I have loved to cook for as long as I can remember, am self taught learning as I go. I come from a large Italian family and food was at the center of almost every gathering. My grandfather made his own wine and I remember the barrels of wine in the cellar of my grandfathers home, I watched my mother and aunts making homemade pasta and remember how wonderful it was to sit down to a truly amazing dinner. Cooking for me is a way to express myself its my creative outlet. I enjoy making all types of food but especially enjoy baking, I live in Brooklyn, NY, and I share my home with my two dogs Izzy and Nando. I like to collect cookbooks and scour magazines and newspapers for recipes. I hope one day to organize them.

14 Reviews

Karen August 26, 2018
I make lots of this when the farmer's market is full of various types pf eggplants, peppers, onions...I always have it in the freezer - it freezes beautifully - for an easy appetizer for last minute guests on crostini. SO yummy. I like to drizzle the toasts with a little balsamic vinegar.
sdebrango August 27, 2018
It's so delicious and such a great way to showcase summer produce. I never thought of freezing it, brilliant!! Thank you so much.
boulangere April 15, 2013
You're taking me back to Italy! We bought and consumed many jars of caponata for picnic lunches with some fresh bread and bright fruit.
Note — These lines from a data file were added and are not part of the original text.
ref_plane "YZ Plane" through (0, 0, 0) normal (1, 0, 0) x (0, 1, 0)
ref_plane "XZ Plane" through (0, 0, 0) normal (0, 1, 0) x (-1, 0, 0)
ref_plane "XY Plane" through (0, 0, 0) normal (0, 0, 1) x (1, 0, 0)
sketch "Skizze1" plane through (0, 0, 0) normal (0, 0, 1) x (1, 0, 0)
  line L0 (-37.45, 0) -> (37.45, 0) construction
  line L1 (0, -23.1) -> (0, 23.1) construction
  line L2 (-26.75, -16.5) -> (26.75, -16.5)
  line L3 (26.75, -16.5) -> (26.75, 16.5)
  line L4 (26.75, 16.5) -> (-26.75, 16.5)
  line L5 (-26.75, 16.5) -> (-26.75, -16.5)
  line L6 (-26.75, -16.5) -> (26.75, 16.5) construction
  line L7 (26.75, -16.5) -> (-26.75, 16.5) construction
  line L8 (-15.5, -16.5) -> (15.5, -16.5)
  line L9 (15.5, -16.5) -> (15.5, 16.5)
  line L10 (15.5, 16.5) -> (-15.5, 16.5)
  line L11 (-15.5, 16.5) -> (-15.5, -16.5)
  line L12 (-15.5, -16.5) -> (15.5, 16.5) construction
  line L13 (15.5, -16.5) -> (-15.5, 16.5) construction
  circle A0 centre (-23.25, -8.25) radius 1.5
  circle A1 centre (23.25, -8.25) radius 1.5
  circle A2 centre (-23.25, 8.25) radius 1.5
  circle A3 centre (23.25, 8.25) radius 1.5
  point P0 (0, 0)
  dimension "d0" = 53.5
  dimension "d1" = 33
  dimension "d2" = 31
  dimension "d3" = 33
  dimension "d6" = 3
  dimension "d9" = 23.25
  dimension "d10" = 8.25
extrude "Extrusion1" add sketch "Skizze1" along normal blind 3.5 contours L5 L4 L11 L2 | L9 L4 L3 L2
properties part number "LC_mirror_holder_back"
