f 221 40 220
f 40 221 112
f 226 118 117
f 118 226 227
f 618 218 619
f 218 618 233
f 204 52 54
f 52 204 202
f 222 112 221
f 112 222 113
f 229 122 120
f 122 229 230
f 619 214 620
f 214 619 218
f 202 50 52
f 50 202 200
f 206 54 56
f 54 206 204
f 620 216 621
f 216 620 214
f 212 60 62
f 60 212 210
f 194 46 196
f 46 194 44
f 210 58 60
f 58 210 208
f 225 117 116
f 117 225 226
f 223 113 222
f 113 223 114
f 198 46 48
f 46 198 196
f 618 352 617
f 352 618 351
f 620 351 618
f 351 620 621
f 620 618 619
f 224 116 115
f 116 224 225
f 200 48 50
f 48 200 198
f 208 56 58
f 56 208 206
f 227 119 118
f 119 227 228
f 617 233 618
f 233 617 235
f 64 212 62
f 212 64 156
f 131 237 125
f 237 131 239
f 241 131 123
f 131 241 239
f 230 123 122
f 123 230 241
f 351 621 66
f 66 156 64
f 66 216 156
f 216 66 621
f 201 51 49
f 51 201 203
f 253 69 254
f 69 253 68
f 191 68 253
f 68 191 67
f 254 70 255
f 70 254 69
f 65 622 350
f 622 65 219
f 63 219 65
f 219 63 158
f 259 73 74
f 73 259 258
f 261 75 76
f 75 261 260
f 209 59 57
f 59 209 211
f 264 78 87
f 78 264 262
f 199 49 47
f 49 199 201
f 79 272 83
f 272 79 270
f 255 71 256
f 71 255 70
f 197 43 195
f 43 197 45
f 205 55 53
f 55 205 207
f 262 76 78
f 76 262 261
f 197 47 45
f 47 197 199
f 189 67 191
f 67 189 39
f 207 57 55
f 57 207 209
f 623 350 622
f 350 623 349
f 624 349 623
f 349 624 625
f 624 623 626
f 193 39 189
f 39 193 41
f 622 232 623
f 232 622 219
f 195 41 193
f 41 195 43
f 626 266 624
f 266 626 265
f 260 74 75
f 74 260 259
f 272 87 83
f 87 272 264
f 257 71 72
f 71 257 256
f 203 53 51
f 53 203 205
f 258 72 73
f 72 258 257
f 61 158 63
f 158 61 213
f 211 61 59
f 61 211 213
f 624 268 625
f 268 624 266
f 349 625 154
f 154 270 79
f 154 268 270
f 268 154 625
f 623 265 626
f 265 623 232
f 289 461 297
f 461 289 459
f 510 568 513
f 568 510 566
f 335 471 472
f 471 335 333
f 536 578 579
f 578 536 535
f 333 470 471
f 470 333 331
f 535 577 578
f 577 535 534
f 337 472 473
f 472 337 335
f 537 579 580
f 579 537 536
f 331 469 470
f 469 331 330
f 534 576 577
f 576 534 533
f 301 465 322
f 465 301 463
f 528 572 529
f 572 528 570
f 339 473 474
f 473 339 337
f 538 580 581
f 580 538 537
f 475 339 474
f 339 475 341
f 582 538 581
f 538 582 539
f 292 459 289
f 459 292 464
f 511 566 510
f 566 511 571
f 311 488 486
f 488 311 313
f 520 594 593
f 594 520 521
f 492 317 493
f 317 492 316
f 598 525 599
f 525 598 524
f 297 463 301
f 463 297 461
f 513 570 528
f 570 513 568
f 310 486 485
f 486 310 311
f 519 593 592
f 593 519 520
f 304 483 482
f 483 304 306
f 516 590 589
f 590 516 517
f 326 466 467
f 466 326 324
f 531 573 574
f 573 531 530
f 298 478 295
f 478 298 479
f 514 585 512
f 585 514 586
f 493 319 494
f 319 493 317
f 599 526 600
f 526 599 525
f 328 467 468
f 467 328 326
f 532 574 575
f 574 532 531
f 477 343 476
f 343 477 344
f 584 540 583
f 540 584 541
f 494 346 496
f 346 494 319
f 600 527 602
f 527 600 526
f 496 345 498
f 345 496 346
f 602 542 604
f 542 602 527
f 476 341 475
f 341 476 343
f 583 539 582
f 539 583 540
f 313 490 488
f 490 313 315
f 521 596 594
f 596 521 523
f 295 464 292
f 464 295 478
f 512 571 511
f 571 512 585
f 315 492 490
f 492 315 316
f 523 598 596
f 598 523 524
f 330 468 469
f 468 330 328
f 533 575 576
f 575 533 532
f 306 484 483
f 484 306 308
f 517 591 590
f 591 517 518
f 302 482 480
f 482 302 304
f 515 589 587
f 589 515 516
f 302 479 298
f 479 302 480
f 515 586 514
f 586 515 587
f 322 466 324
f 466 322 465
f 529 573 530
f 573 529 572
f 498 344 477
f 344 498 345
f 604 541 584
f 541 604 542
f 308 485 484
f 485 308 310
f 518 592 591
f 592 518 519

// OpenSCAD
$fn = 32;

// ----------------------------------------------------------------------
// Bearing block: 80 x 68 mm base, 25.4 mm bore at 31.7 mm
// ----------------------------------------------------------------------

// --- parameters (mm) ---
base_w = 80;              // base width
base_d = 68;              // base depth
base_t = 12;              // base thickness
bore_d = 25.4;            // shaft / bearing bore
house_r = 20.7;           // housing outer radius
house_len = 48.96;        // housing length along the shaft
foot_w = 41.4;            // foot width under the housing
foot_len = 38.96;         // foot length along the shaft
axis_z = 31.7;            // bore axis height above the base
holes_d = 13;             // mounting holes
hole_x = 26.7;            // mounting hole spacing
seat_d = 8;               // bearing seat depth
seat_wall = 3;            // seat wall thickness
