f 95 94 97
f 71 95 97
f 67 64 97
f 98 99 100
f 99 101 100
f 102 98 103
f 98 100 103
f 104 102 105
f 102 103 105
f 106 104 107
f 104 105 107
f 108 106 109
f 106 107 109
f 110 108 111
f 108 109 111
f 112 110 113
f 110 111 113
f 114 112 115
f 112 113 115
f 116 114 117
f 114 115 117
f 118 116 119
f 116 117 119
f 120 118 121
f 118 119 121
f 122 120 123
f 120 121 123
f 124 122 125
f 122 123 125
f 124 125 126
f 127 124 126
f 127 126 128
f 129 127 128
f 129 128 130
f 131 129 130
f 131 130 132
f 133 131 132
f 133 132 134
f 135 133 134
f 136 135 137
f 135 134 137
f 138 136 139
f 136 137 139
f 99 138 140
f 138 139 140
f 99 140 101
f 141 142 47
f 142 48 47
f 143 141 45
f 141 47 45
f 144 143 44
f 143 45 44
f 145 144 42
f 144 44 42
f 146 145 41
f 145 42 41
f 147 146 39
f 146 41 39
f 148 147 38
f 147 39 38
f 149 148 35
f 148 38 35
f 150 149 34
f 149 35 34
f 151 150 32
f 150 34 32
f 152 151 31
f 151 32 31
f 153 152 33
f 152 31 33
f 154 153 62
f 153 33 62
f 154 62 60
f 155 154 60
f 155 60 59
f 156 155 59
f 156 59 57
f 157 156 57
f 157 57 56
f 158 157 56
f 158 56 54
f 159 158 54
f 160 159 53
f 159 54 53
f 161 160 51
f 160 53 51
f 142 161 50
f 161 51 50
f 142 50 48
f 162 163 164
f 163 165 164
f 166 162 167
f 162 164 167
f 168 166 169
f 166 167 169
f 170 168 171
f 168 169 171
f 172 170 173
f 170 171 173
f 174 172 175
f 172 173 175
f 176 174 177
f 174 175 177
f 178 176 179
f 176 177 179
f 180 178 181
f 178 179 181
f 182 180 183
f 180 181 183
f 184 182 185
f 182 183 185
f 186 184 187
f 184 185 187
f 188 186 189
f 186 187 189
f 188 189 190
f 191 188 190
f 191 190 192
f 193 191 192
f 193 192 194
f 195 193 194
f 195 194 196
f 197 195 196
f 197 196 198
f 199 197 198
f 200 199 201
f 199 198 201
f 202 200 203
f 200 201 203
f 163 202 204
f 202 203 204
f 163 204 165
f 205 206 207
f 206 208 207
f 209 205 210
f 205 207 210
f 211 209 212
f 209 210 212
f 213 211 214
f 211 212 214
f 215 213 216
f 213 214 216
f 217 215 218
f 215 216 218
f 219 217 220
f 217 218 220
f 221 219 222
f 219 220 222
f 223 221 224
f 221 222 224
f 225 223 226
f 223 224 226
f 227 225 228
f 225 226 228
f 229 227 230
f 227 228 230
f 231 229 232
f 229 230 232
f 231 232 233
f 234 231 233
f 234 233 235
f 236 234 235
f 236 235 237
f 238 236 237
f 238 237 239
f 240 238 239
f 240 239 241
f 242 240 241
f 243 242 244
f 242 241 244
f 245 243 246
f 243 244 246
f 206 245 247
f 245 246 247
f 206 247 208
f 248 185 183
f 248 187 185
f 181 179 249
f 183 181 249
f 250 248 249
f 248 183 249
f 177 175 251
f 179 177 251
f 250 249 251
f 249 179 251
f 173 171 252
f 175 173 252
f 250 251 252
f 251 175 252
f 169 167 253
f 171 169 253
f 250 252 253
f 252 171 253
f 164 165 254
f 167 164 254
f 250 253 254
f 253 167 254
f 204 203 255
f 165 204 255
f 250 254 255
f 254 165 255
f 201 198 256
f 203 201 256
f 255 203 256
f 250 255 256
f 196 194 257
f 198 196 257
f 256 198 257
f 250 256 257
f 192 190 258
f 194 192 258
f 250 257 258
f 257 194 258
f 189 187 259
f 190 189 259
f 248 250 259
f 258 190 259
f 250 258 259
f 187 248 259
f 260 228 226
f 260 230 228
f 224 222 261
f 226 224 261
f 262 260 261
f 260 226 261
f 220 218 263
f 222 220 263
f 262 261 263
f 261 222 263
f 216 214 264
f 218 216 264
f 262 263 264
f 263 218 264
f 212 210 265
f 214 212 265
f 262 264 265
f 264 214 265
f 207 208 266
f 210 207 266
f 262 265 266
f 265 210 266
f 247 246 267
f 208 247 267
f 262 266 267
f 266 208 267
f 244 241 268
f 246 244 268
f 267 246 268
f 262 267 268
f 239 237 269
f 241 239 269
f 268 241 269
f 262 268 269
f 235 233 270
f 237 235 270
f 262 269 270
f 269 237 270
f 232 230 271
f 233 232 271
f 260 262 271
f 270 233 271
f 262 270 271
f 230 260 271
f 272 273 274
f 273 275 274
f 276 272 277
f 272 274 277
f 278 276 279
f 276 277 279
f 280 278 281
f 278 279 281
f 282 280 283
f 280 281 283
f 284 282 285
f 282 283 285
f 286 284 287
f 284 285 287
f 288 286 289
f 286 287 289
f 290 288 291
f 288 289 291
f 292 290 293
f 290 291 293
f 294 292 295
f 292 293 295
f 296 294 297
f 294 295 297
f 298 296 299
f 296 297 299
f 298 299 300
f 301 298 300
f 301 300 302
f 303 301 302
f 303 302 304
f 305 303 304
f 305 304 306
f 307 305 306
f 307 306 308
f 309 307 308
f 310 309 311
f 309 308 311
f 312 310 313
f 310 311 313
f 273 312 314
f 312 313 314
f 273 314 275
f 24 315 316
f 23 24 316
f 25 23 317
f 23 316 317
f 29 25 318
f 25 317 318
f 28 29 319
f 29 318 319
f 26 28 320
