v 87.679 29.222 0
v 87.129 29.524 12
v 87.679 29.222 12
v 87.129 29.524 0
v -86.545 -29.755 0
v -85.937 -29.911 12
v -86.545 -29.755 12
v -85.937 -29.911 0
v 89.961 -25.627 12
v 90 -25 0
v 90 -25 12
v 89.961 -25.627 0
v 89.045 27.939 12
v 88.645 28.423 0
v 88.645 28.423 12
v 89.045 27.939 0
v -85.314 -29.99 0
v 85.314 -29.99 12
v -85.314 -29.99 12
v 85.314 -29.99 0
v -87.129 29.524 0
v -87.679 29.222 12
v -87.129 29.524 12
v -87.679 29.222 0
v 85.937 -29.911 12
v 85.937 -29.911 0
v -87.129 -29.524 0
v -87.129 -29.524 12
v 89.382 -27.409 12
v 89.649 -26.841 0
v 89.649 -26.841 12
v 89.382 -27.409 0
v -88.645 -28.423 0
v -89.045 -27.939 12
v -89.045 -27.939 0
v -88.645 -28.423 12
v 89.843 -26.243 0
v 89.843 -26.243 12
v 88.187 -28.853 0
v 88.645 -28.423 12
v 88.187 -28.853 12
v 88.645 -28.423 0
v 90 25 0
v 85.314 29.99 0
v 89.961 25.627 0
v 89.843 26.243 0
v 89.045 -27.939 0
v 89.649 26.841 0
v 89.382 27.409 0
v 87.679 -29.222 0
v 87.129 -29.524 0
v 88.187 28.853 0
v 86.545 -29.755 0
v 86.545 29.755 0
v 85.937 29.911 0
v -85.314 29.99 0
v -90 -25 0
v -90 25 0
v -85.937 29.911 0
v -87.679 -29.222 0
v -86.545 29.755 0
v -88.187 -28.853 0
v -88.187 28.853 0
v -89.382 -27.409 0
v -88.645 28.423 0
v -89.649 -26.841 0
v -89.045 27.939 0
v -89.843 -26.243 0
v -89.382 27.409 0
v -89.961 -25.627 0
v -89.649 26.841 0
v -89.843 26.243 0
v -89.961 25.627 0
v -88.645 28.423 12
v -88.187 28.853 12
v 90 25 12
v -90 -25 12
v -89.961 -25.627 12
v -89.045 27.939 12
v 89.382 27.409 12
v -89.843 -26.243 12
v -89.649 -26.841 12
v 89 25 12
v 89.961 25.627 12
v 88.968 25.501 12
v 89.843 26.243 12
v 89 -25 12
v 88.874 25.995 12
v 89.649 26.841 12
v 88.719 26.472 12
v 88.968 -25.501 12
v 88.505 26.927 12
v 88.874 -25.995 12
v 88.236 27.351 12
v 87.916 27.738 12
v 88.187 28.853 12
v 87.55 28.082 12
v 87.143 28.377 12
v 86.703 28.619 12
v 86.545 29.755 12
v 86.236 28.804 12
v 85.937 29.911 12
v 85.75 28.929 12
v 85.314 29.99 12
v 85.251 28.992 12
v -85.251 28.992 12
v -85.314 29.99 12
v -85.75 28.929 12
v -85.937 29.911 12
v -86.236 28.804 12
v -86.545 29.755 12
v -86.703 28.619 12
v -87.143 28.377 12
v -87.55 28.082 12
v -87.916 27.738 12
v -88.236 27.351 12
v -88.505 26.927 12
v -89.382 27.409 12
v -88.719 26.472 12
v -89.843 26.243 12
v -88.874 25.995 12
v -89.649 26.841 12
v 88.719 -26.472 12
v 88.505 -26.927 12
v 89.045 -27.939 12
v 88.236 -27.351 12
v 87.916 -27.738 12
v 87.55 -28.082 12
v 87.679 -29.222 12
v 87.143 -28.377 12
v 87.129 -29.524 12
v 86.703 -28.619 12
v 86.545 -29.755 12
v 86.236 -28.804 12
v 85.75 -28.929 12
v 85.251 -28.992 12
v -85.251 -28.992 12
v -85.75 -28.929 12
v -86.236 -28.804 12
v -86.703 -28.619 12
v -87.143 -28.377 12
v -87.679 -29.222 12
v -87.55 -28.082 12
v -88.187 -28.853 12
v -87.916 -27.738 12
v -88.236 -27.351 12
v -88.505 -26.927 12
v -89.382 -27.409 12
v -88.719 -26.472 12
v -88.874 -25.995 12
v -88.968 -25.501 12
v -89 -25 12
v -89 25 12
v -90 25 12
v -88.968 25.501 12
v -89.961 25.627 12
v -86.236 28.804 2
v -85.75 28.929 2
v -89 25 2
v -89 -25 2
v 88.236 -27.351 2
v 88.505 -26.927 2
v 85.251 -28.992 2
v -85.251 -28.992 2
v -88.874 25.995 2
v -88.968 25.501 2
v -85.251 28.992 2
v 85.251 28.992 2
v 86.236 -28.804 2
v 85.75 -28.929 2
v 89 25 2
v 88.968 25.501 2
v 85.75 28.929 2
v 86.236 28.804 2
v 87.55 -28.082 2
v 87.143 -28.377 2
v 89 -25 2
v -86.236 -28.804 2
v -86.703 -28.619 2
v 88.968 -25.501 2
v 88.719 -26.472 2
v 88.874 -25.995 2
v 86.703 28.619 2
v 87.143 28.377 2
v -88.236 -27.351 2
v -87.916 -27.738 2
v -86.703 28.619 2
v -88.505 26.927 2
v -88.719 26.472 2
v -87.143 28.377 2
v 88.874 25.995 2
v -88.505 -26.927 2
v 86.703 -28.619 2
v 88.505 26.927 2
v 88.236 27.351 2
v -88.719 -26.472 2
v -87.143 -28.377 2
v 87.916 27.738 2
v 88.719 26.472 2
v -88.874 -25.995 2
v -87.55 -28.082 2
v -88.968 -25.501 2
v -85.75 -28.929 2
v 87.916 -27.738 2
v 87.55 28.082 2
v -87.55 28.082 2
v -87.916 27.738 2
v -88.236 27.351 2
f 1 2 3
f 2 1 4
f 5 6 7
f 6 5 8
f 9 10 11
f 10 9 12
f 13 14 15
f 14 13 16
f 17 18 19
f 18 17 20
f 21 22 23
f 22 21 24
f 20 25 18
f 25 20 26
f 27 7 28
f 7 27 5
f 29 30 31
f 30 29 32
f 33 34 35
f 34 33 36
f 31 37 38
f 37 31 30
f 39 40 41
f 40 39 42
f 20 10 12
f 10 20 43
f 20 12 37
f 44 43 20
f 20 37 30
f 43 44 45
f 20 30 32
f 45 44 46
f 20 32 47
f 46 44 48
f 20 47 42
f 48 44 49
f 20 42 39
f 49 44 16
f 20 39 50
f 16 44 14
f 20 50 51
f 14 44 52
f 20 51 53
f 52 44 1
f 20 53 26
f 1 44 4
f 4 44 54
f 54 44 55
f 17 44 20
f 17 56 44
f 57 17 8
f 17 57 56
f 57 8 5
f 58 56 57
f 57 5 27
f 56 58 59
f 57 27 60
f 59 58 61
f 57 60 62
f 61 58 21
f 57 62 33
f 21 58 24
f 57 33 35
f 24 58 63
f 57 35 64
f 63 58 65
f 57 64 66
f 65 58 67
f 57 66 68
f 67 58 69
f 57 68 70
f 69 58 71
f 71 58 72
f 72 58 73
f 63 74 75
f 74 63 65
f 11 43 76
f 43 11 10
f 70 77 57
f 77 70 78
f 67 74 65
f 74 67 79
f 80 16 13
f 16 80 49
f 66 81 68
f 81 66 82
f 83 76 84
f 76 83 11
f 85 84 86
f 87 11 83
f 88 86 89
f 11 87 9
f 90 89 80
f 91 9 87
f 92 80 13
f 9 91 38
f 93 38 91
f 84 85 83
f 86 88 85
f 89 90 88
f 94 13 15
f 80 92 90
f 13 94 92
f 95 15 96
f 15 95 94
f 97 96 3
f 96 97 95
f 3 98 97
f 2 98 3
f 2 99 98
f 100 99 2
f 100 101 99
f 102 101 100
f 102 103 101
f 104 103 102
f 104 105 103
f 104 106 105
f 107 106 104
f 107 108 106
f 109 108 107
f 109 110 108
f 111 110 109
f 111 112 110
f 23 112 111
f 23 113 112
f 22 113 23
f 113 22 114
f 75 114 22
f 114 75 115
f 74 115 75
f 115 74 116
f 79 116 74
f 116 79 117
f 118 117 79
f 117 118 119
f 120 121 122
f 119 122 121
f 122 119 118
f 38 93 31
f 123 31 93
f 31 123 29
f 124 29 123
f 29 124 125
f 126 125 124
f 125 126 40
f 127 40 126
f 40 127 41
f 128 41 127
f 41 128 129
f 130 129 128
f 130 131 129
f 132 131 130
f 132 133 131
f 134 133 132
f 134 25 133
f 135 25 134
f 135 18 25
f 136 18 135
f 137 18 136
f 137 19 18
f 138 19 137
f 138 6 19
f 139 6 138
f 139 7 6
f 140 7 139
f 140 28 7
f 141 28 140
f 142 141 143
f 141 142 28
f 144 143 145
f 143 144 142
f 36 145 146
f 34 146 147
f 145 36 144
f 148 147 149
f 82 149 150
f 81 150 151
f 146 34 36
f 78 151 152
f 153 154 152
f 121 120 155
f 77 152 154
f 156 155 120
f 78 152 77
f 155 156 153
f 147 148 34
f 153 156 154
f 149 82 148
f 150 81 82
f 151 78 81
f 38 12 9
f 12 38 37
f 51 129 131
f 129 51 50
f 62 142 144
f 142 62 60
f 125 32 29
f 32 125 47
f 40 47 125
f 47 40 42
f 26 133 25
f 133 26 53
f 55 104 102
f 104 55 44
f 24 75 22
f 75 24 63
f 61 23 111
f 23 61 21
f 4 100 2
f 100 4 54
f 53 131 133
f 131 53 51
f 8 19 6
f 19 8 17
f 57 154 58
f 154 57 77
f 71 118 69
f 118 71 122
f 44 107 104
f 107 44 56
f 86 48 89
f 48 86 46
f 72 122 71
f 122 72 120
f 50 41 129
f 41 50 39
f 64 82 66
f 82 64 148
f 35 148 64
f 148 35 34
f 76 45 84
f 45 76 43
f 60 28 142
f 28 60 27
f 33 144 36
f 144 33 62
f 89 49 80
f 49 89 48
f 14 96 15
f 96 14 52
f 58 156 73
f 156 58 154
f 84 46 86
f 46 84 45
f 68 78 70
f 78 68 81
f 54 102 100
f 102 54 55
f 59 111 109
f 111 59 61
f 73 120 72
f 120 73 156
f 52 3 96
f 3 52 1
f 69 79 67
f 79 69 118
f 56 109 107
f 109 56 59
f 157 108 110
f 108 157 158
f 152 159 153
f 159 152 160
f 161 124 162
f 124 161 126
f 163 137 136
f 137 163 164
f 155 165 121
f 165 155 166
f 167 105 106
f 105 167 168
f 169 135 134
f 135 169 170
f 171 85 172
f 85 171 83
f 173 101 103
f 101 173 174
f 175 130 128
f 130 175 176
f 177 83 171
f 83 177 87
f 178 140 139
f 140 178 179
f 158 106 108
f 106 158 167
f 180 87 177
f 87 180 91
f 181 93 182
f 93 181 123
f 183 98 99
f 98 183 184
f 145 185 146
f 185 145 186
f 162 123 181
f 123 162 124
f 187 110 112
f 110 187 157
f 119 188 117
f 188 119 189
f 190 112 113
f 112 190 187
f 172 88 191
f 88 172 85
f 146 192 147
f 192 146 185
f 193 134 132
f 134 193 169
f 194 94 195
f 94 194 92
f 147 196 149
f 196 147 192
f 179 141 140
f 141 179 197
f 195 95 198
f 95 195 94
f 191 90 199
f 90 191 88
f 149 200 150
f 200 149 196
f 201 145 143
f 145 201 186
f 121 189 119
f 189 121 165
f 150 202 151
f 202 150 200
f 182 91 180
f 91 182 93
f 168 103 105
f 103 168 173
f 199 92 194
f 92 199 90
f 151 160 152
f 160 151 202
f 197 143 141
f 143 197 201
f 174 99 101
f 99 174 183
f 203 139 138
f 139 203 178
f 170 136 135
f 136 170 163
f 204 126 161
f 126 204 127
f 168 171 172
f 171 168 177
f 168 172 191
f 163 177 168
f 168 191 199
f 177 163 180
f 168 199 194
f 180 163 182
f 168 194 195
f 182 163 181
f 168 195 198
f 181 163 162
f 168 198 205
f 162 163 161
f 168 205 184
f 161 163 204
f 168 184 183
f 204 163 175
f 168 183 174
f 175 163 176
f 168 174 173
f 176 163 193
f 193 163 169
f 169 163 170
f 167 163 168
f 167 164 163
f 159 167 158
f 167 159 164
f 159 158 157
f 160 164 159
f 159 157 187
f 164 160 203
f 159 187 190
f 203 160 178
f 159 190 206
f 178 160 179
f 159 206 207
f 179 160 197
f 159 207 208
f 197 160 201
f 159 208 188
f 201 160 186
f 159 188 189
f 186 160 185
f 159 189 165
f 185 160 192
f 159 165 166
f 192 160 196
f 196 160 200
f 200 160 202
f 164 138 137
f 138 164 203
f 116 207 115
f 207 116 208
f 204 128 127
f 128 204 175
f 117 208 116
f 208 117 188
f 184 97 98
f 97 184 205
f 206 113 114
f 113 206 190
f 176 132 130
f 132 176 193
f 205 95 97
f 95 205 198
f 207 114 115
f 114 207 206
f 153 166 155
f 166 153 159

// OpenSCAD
$fn = 50;


difference() {
	union() {
		hull() {
			translate(v = [-85.0000000000, 25.0000000000, 0]) {
				cylinder(h = 12, r = 5);
			}
			translate(v = [85.0000000000, 25.0000000000, 0]) {
				cylinder(h = 12, r = 5);
			}
			translate(v = [-85.0000000000, -25.0000000000, 0]) {
				cylinder(h = 12, r = 5);
			}
			translate(v = [85.0000000000, -25.0000000000, 0]) {
				cylinder(h = 12, r = 5);
			}
		}
	}
	union() {
		translate(v = [0, 0, 2]) {
			hull() {
				translate(v = [-85.0000000000, 25.0000000000, 0]) {
					cylinder(h = 10, r = 4);
				}
				translate(v = [85.0000000000, 25.0000000000, 0]) {
					cylinder(h = 10, r = 4);
				}
				translate(v = [-85.0000000000, -25.0000000000, 0]) {
					cylinder(h = 10, r = 4);
				}
				translate(v = [85.0000000000, -25.0000000000, 0]) {
					cylinder(h = 10, r = 4);
				}
			}
		}
	}
}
aran.connolly August 25, 2012
finish htis with a whisper of cocoa powder the astringency adds a beautifal kick
fiveandspice June 21, 2011
Yum! I adore caponata! My mind was blown the first time I had it at a friend's house, and I've been addicted ever since.
Kitchen B. June 20, 2011
Love, love, love Caponata. Right now I'm an aubergine fiend - just finished a bowl of Parmigiana. Love this
inpatskitchen June 19, 2011
Lovely take on one of my favorites!
susan G. June 19, 2011
Lucky you to grow up with caponata We love it, and my husband was so taken with it that it became his specialty. He's varied the ingredients with the season, and I loved it with potatoes, even sweet potatoes. I have to steer him away from more sugar, so I like seeing that you only use enought sugar to balance the flavor.
boulangere June 19, 2011
Wow, never thought of using sweet potatoes or white potatoes. When you use whites, are they the thin-skinned waxy type, like fingerlings, or reds?
susan G. June 20, 2011
For the potatoes, any of those, boulangere -- anything you might use in stew-y things. They pick up all the flavors beautifully. We've got to try it with the peppadew. Now that will lift the spirits!
boulangere June 20, 2011
All new ideas. I tend think narrowly of ratatouille, which is pretty darn proscribed. Thank you both for the all new flavor profiles.
boulangere June 19, 2011
You are so clever - I'd never thought of caponata (ratatouille) as picnic fare. It's perfect, and you are so on a roll with all your lovely Mediterranean creations.
Sagegreen June 19, 2011
This looks great; love your photo!
wssmom June 19, 2011
Just reading this makes me think of Mediterranean summers!